__WHAT YOU WILL DO__: Find the line in the entries below that contains "v 0 -14.248 114.443". Repeat it exactly, and every line after it through the line that contains "v 3.175 -1.716 19.279".

__Records excerpted from a collection__:
----------

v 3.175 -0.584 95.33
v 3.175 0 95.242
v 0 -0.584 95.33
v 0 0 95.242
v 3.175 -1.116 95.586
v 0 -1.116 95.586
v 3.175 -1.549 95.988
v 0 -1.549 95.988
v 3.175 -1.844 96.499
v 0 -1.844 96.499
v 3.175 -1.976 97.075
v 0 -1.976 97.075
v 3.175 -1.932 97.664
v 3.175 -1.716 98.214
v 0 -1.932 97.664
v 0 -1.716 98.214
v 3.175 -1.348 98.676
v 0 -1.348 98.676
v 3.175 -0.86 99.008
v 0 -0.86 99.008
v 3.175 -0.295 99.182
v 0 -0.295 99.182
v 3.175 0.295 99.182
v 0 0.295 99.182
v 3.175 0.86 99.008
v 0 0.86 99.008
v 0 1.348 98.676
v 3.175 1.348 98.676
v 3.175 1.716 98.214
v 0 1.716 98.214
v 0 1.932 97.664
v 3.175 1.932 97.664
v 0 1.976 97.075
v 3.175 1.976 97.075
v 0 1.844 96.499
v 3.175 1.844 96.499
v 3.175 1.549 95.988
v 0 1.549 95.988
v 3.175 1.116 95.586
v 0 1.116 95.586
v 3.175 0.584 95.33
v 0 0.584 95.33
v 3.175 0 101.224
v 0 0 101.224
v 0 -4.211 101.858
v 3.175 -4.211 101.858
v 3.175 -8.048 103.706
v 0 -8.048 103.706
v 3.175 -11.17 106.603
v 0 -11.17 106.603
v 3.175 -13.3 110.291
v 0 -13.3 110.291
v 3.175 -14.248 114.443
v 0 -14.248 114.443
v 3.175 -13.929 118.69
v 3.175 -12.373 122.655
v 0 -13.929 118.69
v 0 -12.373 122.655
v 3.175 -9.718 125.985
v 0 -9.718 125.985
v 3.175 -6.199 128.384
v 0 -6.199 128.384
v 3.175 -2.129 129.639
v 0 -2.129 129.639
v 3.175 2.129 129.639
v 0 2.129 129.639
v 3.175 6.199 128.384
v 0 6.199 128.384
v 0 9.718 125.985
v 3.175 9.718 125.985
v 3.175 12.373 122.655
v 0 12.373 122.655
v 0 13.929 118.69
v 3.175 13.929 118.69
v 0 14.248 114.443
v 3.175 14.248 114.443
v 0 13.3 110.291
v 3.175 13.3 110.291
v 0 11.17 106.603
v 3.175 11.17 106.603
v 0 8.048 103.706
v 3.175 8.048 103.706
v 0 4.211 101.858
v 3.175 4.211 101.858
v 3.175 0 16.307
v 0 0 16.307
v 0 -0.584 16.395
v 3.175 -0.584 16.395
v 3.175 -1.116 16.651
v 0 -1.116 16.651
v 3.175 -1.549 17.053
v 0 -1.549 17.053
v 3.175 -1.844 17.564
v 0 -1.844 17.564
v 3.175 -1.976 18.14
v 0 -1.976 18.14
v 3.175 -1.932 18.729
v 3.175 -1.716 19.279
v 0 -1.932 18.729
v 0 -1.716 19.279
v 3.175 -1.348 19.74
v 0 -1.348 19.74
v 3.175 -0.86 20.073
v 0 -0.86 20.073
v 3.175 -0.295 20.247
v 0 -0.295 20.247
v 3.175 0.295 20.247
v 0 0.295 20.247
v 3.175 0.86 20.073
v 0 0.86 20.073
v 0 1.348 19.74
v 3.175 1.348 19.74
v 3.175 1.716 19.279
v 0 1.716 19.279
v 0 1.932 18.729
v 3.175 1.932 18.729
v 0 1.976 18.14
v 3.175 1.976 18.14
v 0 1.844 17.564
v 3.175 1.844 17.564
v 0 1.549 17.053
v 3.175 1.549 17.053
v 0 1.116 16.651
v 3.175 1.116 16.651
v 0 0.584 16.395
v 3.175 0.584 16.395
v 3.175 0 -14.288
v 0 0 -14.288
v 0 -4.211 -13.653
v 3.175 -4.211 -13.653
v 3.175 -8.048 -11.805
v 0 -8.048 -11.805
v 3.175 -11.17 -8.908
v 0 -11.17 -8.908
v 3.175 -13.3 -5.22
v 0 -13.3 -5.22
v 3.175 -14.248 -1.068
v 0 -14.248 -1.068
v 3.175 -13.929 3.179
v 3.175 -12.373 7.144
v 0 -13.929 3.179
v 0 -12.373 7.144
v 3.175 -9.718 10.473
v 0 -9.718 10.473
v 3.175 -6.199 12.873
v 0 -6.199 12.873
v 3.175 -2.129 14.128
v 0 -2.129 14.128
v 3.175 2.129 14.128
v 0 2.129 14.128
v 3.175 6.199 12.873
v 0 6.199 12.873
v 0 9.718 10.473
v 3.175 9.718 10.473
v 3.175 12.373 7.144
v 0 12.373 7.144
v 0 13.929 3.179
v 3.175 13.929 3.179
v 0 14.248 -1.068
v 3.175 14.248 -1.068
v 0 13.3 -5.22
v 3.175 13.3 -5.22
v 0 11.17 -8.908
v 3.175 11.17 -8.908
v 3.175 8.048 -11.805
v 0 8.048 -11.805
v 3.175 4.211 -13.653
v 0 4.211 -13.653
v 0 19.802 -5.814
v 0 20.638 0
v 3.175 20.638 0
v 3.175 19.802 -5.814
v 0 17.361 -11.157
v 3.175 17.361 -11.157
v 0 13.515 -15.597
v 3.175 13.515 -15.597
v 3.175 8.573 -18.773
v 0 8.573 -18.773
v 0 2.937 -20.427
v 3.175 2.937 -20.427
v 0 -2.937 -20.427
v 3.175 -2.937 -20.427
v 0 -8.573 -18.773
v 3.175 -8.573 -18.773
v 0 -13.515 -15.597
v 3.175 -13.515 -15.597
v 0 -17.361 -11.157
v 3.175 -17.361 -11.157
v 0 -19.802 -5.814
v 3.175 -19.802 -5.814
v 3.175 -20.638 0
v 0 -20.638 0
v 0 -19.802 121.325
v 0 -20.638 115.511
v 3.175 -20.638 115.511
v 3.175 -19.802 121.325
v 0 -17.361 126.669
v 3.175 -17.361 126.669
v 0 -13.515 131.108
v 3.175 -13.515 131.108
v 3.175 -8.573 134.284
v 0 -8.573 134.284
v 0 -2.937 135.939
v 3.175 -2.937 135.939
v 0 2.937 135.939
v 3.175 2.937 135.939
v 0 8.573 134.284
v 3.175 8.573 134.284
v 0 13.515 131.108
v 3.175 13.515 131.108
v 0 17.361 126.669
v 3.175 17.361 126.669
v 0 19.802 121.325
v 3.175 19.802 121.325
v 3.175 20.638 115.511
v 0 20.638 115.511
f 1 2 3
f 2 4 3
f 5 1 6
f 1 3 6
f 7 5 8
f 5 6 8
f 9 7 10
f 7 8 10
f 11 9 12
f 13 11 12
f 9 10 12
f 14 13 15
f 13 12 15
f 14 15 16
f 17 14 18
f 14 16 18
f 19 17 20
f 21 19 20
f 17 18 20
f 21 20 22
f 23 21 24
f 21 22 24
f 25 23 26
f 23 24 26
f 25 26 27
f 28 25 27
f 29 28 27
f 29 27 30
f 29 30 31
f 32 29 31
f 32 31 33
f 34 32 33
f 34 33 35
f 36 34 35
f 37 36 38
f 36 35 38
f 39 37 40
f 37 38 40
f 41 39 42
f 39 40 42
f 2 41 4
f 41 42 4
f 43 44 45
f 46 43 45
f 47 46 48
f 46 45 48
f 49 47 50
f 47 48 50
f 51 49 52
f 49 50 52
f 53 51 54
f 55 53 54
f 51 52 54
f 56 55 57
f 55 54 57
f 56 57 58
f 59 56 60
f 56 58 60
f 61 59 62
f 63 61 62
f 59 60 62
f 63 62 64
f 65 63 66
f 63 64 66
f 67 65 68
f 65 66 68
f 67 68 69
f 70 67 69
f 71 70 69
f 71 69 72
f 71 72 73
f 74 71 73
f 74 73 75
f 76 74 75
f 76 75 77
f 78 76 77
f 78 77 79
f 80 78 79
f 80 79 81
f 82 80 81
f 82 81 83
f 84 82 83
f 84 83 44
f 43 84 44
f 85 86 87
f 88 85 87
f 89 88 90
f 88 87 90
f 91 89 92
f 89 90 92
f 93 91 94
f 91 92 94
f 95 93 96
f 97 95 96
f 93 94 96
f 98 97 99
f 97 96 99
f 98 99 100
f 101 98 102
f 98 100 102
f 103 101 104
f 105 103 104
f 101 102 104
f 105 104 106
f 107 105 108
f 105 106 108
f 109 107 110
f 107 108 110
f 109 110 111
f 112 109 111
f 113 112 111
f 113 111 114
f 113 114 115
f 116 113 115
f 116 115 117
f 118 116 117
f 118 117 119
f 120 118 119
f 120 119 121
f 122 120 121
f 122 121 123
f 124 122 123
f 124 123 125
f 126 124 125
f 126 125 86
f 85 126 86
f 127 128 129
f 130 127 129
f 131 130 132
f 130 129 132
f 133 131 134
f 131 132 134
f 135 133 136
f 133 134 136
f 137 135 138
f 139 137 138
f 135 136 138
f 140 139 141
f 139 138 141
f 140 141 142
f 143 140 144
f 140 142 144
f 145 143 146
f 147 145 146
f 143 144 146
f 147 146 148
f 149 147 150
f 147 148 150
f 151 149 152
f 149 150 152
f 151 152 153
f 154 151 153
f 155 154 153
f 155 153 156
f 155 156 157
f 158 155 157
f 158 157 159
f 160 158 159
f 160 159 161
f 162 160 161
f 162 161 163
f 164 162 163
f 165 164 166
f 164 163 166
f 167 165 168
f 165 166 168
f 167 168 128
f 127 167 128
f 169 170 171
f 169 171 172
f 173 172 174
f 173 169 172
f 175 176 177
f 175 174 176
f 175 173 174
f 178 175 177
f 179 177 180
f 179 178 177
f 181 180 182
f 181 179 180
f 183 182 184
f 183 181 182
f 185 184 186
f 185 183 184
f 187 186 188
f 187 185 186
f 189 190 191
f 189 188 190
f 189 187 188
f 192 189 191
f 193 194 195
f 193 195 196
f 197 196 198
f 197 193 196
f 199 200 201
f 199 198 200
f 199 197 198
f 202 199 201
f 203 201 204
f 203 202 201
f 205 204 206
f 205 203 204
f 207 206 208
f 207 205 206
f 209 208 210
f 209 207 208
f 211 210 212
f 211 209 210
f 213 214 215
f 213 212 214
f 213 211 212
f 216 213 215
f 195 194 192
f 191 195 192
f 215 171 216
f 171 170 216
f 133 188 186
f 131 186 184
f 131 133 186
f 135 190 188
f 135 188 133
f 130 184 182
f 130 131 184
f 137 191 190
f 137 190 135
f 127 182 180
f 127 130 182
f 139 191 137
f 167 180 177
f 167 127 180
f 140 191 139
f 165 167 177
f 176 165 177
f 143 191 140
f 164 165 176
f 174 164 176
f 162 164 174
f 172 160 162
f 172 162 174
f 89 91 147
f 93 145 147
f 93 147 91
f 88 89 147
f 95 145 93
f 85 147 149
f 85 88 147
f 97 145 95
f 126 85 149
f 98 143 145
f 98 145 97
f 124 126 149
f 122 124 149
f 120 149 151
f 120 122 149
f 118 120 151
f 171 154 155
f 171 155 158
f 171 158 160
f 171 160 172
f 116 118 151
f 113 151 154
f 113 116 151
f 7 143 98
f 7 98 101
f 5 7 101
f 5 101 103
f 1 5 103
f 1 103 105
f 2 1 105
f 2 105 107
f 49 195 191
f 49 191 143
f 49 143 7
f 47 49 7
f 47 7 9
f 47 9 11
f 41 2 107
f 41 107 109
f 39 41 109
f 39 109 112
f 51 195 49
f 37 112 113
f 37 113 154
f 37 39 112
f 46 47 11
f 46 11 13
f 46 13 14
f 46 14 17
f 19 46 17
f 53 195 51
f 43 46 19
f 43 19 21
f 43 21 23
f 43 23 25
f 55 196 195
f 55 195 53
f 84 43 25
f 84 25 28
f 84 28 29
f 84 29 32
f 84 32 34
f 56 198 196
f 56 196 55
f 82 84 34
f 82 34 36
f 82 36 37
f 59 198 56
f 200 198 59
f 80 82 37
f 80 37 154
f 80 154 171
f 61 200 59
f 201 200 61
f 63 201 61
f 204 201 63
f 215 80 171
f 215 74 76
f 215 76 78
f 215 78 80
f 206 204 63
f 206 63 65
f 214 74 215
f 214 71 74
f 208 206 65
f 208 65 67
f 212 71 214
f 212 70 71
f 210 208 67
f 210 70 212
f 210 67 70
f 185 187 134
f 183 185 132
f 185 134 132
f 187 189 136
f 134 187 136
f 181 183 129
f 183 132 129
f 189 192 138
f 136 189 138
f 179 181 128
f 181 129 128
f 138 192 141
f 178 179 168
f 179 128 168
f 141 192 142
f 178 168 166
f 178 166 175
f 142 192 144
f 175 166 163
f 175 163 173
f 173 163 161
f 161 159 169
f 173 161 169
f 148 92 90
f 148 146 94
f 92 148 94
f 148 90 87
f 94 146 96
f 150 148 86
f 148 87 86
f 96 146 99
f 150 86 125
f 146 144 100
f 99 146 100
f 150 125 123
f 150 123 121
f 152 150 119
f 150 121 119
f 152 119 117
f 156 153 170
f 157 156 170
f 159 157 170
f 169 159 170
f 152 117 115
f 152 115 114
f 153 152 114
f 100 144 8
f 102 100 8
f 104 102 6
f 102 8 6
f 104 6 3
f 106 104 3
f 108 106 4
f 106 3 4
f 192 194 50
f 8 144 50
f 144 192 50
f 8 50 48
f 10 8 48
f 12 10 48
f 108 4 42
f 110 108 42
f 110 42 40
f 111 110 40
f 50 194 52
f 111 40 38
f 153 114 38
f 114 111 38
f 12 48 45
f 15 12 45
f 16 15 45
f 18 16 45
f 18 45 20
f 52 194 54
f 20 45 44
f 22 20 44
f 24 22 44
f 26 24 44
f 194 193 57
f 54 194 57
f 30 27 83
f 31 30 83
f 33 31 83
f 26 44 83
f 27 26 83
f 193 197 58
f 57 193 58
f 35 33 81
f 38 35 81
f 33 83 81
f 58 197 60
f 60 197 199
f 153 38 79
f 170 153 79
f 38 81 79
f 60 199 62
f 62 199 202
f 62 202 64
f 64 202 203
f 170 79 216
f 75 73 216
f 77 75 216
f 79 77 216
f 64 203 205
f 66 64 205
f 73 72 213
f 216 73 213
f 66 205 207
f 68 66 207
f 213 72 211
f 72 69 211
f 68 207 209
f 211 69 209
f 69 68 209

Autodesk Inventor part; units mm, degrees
ref_plane "YZ Plane" through (0, 0, 0) normal (1, 0, 0) x (0, 1, 0)
ref_plane "XZ Plane" through (0, 0, 0) normal (0, 1, 0) x (-1, 0, 0)
ref_plane "XY Plane" through (0, 0, 0) normal (0, 0, 1) x (1, 0, 0)
sketch "Sketch1" plane through (0, 0, 0) normal (1, 0, 0) x (0, 1, 0)
  arc A0 (-20.6375, 0) -> (20.6375, 0) centre (0, 0) ccw
  arc A1 (20.6375, 115.5112) -> (-20.6375, 115.5112) centre (0, 115.5112) ccw
  line L0 (-20.6375, 115.5112) -> (-20.6375, 0)
  line L1 (20.6375, 0) -> (20.6375, 115.5112)
  dimension "d0" = 115.5112
  dimension "d1" = 41.275
extrude "Plate1" add sketch "Sketch1" along normal blind 3.175
sketch "Sketch2" plane through (3.175, 0, 0) normal (1, 0, 0) x (0, 0, -1)
  point P0 (0, 0)
  point P1 (0, 0)
  point P2 (0, 0)
  point P3 (-115.5112, 0)
  dimension "d21" = 115.5112
hole "Hole1" at (3.175, 0, 0) at (3.175, 0, 115.5112) direction (-1, 0, 0) diameter 28.575 depth 3.175 tip angle 118
sketch "Sketch3" plane through (3.175, 0, 0) normal (1, 0, 0) x (0, 0, -1)
  circle A0 centre (0, 0) radius 15.5575 construction
  point P0 (-18.288, 0)
  point P1 (-115.5112, 0)
  point P2 (-97.2232, 0)
  dimension "d10" = 31.115
  dimension "d13" = 18.288
  dimension "d22" = 115.5112
  dimension "d23" = 18.288
hole "Hole2" at (3.175, 0, 18.288) at (3.175, 0, 97.2232) direction (-1, 0, 0) diameter 3.9624 depth 13.6144 tip angle 118 thread size "10-32 UNF" class "2B" standard "ANSI Unified Screw Threads"
equation "\"d21\" = d0"
equation "\"d8\" = Thickness"
equation "\"d2\" = Thickness"
equation "\"d22\" = d0"
equation "\"d23\" = d13"
equation "\"BendRadius\" = Thickness"
equation "\"BendReliefWidth\" = Thickness"
equation "\"BendReliefDepth\" = 0.5 * Thickness"
equation "\"CornerReliefSize\" = 4 * Thickness"
equation "\"MinimumRemnant\" = 2 * Thickness"
equation "\"TransitionRadius\" = BendRadius"
equation "\"JacobiRadiusSize\" = BendRadius"
equation "\"GapSize\" = Thickness"
equation "\"Thickness\" = 3.175"
properties part number "PLATE,KICKER,MOTOR,SUPPORT" material "Polycarbonate, Clear"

----------

__PROBLEM SOLUTION__:
v 0 -14.248 114.443
v 3.175 -13.929 118.69
v 3.175 -12.373 122.655
v 0 -13.929 118.69
v 0 -12.373 122.655
v 3.175 -9.718 125.985
v 0 -9.718 125.985
v 3.175 -6.199 128.384
v 0 -6.199 128.384
v 3.175 -2.129 129.639
v 0 -2.129 129.639
v 3.175 2.129 129.639
v 0 2.129 129.639
v 3.175 6.199 128.384
v 0 6.199 128.384
v 0 9.718 125.985
v 3.175 9.718 125.985
v 3.175 12.373 122.655
v 0 12.373 122.655
v 0 13.929 118.69
v 3.175 13.929 118.69
v 0 14.248 114.443
v 3.175 14.248 114.443
v 0 13.3 110.291
v 3.175 13.3 110.291
v 0 11.17 106.603
v 3.175 11.17 106.603
v 0 8.048 103.706
v 3.175 8.048 103.706
v 0 4.211 101.858
v 3.175 4.211 101.858
v 3.175 0 16.307
v 0 0 16.307
v 0 -0.584 16.395
v 3.175 -0.584 16.395
v 3.175 -1.116 16.651
v 0 -1.116 16.651
v 3.175 -1.549 17.053
v 0 -1.549 17.053
v 3.175 -1.844 17.564
v 0 -1.844 17.564
v 3.175 -1.976 18.14
v 0 -1.976 18.14
v 3.175 -1.932 18.729
v 3.175 -1.716 19.279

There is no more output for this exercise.